Exercise objective: Find the word "amount" in the material below and gather every line that contains it.

Supplied records:
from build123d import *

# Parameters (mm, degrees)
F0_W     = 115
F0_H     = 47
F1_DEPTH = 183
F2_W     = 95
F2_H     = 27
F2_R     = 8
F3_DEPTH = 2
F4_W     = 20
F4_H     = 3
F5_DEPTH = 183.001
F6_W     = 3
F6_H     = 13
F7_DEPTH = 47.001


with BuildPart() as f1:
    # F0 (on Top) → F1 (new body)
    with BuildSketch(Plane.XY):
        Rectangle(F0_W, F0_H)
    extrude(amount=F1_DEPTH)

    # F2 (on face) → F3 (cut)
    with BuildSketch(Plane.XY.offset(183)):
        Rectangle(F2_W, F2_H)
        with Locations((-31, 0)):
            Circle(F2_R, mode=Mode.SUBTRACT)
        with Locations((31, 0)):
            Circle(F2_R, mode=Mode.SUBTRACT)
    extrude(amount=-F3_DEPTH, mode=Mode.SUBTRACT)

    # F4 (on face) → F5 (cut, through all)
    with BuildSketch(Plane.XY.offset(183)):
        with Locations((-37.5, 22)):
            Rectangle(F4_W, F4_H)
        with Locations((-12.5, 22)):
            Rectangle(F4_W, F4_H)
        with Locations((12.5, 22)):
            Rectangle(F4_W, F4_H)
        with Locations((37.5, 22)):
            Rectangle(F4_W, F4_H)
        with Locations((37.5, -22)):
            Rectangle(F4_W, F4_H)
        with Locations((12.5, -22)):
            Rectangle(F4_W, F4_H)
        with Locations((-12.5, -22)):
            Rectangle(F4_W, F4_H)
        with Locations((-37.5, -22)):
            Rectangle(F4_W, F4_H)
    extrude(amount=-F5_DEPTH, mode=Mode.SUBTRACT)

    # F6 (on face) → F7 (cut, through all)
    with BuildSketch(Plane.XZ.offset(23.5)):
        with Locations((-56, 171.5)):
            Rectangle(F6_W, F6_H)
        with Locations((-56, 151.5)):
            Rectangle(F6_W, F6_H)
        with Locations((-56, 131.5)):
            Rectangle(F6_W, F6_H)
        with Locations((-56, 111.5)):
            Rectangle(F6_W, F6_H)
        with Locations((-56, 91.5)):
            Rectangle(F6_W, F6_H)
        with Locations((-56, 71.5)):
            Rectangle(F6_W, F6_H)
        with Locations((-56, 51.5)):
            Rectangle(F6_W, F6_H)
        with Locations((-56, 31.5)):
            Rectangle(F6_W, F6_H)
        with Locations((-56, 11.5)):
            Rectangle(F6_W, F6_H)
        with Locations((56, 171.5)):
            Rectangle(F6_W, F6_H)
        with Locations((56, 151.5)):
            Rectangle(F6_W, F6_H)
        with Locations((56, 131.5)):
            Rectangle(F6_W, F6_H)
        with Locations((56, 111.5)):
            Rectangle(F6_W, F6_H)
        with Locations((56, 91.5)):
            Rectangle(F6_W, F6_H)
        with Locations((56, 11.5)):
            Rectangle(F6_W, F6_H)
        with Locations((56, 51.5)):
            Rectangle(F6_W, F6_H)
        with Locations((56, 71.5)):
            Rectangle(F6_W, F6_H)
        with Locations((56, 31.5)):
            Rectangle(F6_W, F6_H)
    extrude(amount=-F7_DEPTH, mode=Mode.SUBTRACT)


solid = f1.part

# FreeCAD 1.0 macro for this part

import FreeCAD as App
import Part
import Sketcher
Q = App.Units.Quantity


def add_polygon(sketch, points):
    """Adds a closed chain of lines whose ends are joined by coincident constraints."""
    first, n = sketch.GeometryCount, len(points)
    for a, b in zip(points, points[1:] + points[:1]):
        sketch.addGeometry(Part.LineSegment(App.Vector(*a, 0), App.Vector(*b, 0)), False)
    for i in range(n):
        sketch.addConstraint(Sketcher.Constraint("Coincident", first + i, 2, first + (i + 1) % n, 1))

doc = App.newDocument("Part")
params = doc.addObject("Spreadsheet::Sheet", "Params")
for row, (alias, value) in enumerate([
    ("sketch1_width", "115 mm"),
    ("sketch1_height", "47 mm"),
    ("pad1_length", "183 mm"),
    ("sketch2_diameter", "16 mm"),
    ("sketch2_width", "95 mm"),
    ("sketch2_height", "27 mm"),
    ("pocket1_length", "2 mm"),
    ("sketch3_width", "20 mm"),
    ("sketch3_height", "3 mm"),
    ("sketch4_width", "3 mm"),
    ("sketch4_height", "13 mm"),
], start=1):
    params.set(f"A{row}", alias)
    params.set(f"B{row}", "=" + value)
    params.setAlias(f"B{row}", alias)

body = doc.addObject("PartDesign::Body", "Body")

# Sketch on XY plane
sketch1 = body.newObject("Sketcher::SketchObject", "Sketch")
sketch1.AttachmentSupport = (doc.getObject("XY_Plane"), [""])
sketch1.MapMode = "FlatFace"
add_polygon(sketch1, [(-58, 24), (-58, -24), (58, -24), (58, 24)])  # lines 0-3
sketch1.addConstraint([
    Sketcher.Constraint("Vertical", 0),
    Sketcher.Constraint("Horizontal", 1),
    Sketcher.Constraint("Vertical", 2),
    Sketcher.Constraint("Horizontal", 3),
    Sketcher.Constraint("Symmetric", 0, 2, 2, 2, -1, 1),
    Sketcher.Constraint("DistanceX", 1, 1, 1, 2, Q("115 mm")),
    Sketcher.Constraint("DistanceY", 0, 2, 0, 1, Q("47 mm")),
])
sketch1.setExpression("Constraints[9]", "Params.sketch1_width")
sketch1.setExpression("Constraints[10]", "Params.sketch1_height")
pad1 = body.newObject("PartDesign::Pad", "Pad")
pad1.Profile = sketch1
pad1.setExpression("Length", "Params.pad1_length")

# Sketch on XY plane
sketch2 = body.newObject("Sketcher::SketchObject", "Sketch001")
sketch2.AttachmentSupport = (doc.getObject("XY_Plane"), [""])
sketch2.MapMode = "FlatFace"
sketch2.AttachmentOffset = App.Placement(App.Vector(0, 0, 183), App.Rotation())
add_polygon(sketch2, [(-48, 14), (-48, -14), (48, -14), (48, 14)])  # lines 0-3
sketch2.addGeometry(Part.Circle(App.Vector(-31, 0, 0), App.Vector(0, 0, 1), 8), False)  # 4
sketch2.addGeometry(Part.Circle(App.Vector(31, 0, 0), App.Vector(0, 0, 1), 8), False)  # 5
sketch2.addConstraint([
    Sketcher.Constraint("Vertical", 0),
    Sketcher.Constraint("Horizontal", 1),
    Sketcher.Constraint("Vertical", 2),
    Sketcher.Constraint("Horizontal", 3),
    Sketcher.Constraint("Equal", 4, 5),
    Sketcher.Constraint("Symmetric", 4, 3, 5, 3, -1, 1),
    Sketcher.Constraint("Symmetric", 0, 2, 2, 2, -1, 1),
    Sketcher.Constraint("PointOnObject", 4, 3, -1),
    Sketcher.Constraint("Diameter", 4, Q("16 mm")),
    Sketcher.Constraint("DistanceX", 1, 1, 1, 2, Q("95 mm")),
    Sketcher.Constraint("DistanceY", 0, 2, 0, 1, Q("27 mm")),
    Sketcher.Constraint("DistanceX", 4, 3, -1, 1, Q("31 mm")),
])
sketch2.setExpression("Constraints[12]", "Params.sketch2_diameter")
sketch2.setExpression("Constraints[13]", "Params.sketch2_width")
sketch2.setExpression("Constraints[14]", "Params.sketch2_height")
pocket1 = body.newObject("PartDesign::Pocket", "Pocket")
pocket1.Profile = sketch2
pocket1.setExpression("Length", "Params.pocket1_length")

# Sketch on XY plane
sketch3 = body.newObject("Sketcher::SketchObject", "Sketch002")
sketch3.AttachmentSupport = (doc.getObject("XY_Plane"), [""])
sketch3.MapMode = "FlatFace"
sketch3.AttachmentOffset = App.Placement(App.Vector(0, 0, 183), App.Rotation())
add_polygon(sketch3, [(-47.5, 23.5), (-47.5, 20.5), (-27.5, 20.5), (-27.5, 23.5)])  # lines 0-3
add_polygon(sketch3, [(-22.5, 23.5), (-22.5, 20.5), (-2.5, 20.5), (-2.5, 23.5)])  # lines 4-7
add_polygon(sketch3, [(2.5, 23.5), (2.5, 20.5), (22.5, 20.5), (22.5, 23.5)])  # lines 8-11
add_polygon(sketch3, [(27.5, 23.5), (27.5, 20.5), (47.5, 20.5), (47.5, 23.5)])  # lines 12-15
add_polygon(sketch3, [(27.5, -20.5), (27.5, -23.5), (47.5, -23.5), (47.5, -20.5)])  # lines 16-19
add_polygon(sketch3, [(2.5, -20.5), (2.5, -23.5), (22.5, -23.5), (22.5, -20.5)])  # lines 20-23
add_polygon(sketch3, [(-22.5, -20.5), (-22.5, -23.5), (-2.5, -23.5), (-2.5, -20.5)])  # lines 24-27
add_polygon(sketch3, [(-47.5, -20.5), (-47.5, -23.5), (-27.5, -23.5), (-27.5, -20.5)])  # lines 28-31
sketch3.addConstraint([
    Sketcher.Constraint("Vertical", 0),
    Sketcher.Constraint("Horizontal", 1),
    Sketcher.Constraint("Vertical", 2),
    Sketcher.Constraint("Horizontal", 3),
    Sketcher.Constraint("Vertical", 4),
    Sketcher.Constraint("Horizontal", 5),
    Sketcher.Constraint("Vertical", 6),
    Sketcher.Constraint("Horizontal", 7),
    Sketcher.Constraint("Vertical", 8),
    Sketcher.Constraint("Horizontal", 9),
    Sketcher.Constraint("Vertical", 10),
    Sketcher.Constraint("Horizontal", 11),
    Sketcher.Constraint("Vertical", 12),
    Sketcher.Constraint("Horizontal", 13),
    Sketcher.Constraint("Vertical", 14),
    Sketcher.Constraint("Horizontal", 15),
    Sketcher.Constraint("Vertical", 16),
    Sketcher.Constraint("Horizontal", 17),
    Sketcher.Constraint("Vertical", 18),
    Sketcher.Constraint("Horizontal", 19),
    Sketcher.Constraint("Vertical", 20),
    Sketcher.Constraint("Horizontal", 21),
    Sketcher.Constraint("Vertical", 22),
    Sketcher.Constraint("Horizontal", 23),
    Sketcher.Constraint("Vertical", 24),
    Sketcher.Constraint("Horizontal", 25),
    Sketcher.Constraint("Vertical", 26),
    Sketcher.Constraint("Horizontal", 27),
    Sketcher.Constraint("Vertical", 28),
    Sketcher.Constraint("Horizontal", 29),
    Sketcher.Constraint("Vertical", 30),
    Sketcher.Constraint("Horizontal", 31),
    Sketcher.Constraint("Symmetric", 2, 2, 16, 2, -1, 1),
    Sketcher.Constraint("Symmetric", 0, 2, 18, 2, -1, 1),
    Sketcher.Constraint("Symmetric", 6, 2, 20, 2, -1, 1),
    Sketcher.Constraint("Symmetric", 4, 2, 22, 2, -1, 1),
    Sketcher.Constraint("Symmetric", 10, 2, 24, 2, -1, 1),
    Sketcher.Constraint("Symmetric", 8, 2, 26, 2, -1, 1),
    Sketcher.Constraint("Symmetric", 14, 2, 28, 2, -1, 1),
    Sketcher.Constraint("Symmetric", 12, 2, 30, 2, -1, 1),
    Sketcher.Constraint("Symmetric", 5, 2, 8, 2, -2),
    Sketcher.Constraint("Symmetric", 7, 2, 10, 2, -2),
    Sketcher.Constraint("Symmetric", 1, 2, 12, 2, -2),
    Sketcher.Constraint("Symmetric", 3, 2, 14, 2, -2),
    Sketcher.Constraint("Horizontal", 1, 2, 4, 2),
    Sketcher.Constraint("Horizontal", 3, 2, 6, 2),
    Sketcher.Constraint("Equal", 3, 5),
    Sketcher.Constraint("DistanceX", 1, 1, 1, 2, Q("20 mm")),
    Sketcher.Constraint("DistanceY", 0, 2, 0, 1, Q("3 mm")),
    Sketcher.Constraint("DistanceX", 1, 2, 4, 2, Q("5 mm")),
    Sketcher.Constraint("DistanceX", 5, 2, 8, 2, Q("5 mm")),
    Sketcher.Constraint("DistanceY", 16, 2, 12, 2, Q("44 mm")),
])
sketch3.setExpression("Constraints[79]", "Params.sketch3_width")
sketch3.setExpression("Constraints[80]", "Params.sketch3_height")
pocket2 = body.newObject("PartDesign::Pocket", "Pocket001")
pocket2.Profile = sketch3
pocket2.Type = "ThroughAll"

# Sketch on XZ plane
sketch4 = body.newObject("Sketcher::SketchObject", "Sketch003")
sketch4.AttachmentSupport = (doc.getObject("XZ_Plane"), [""])
sketch4.MapMode = "FlatFace"
sketch4.AttachmentOffset = App.Placement(App.Vector(0, 0, 23.5), App.Rotation())
add_polygon(sketch4, [(-57.5, 178), (-57.5, 165), (-54.5, 165), (-54.5, 178)])  # lines 0-3
add_polygon(sketch4, [(-57.5, 158), (-57.5, 145), (-54.5, 145), (-54.5, 158)])  # lines 4-7
add_polygon(sketch4, [(-57.5, 138), (-57.5, 125), (-54.5, 125), (-54.5, 138)])  # lines 8-11
add_polygon(sketch4, [(-57.5, 118), (-57.5, 105), (-54.5, 105), (-54.5, 118)])  # lines 12-15
add_polygon(sketch4, [(-57.5, 98), (-57.5, 85), (-54.5, 85), (-54.5, 98)])  # lines 16-19
add_polygon(sketch4, [(-57.5, 78), (-57.5, 65), (-54.5, 65), (-54.5, 78)])  # lines 20-23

Task result:
    extrude(amount=F1_DEPTH)
    extrude(amount=-F3_DEPTH, mode=Mode.SUBTRACT)
    extrude(amount=-F5_DEPTH, mode=Mode.SUBTRACT)
    extrude(amount=-F7_DEPTH, mode=Mode.SUBTRACT)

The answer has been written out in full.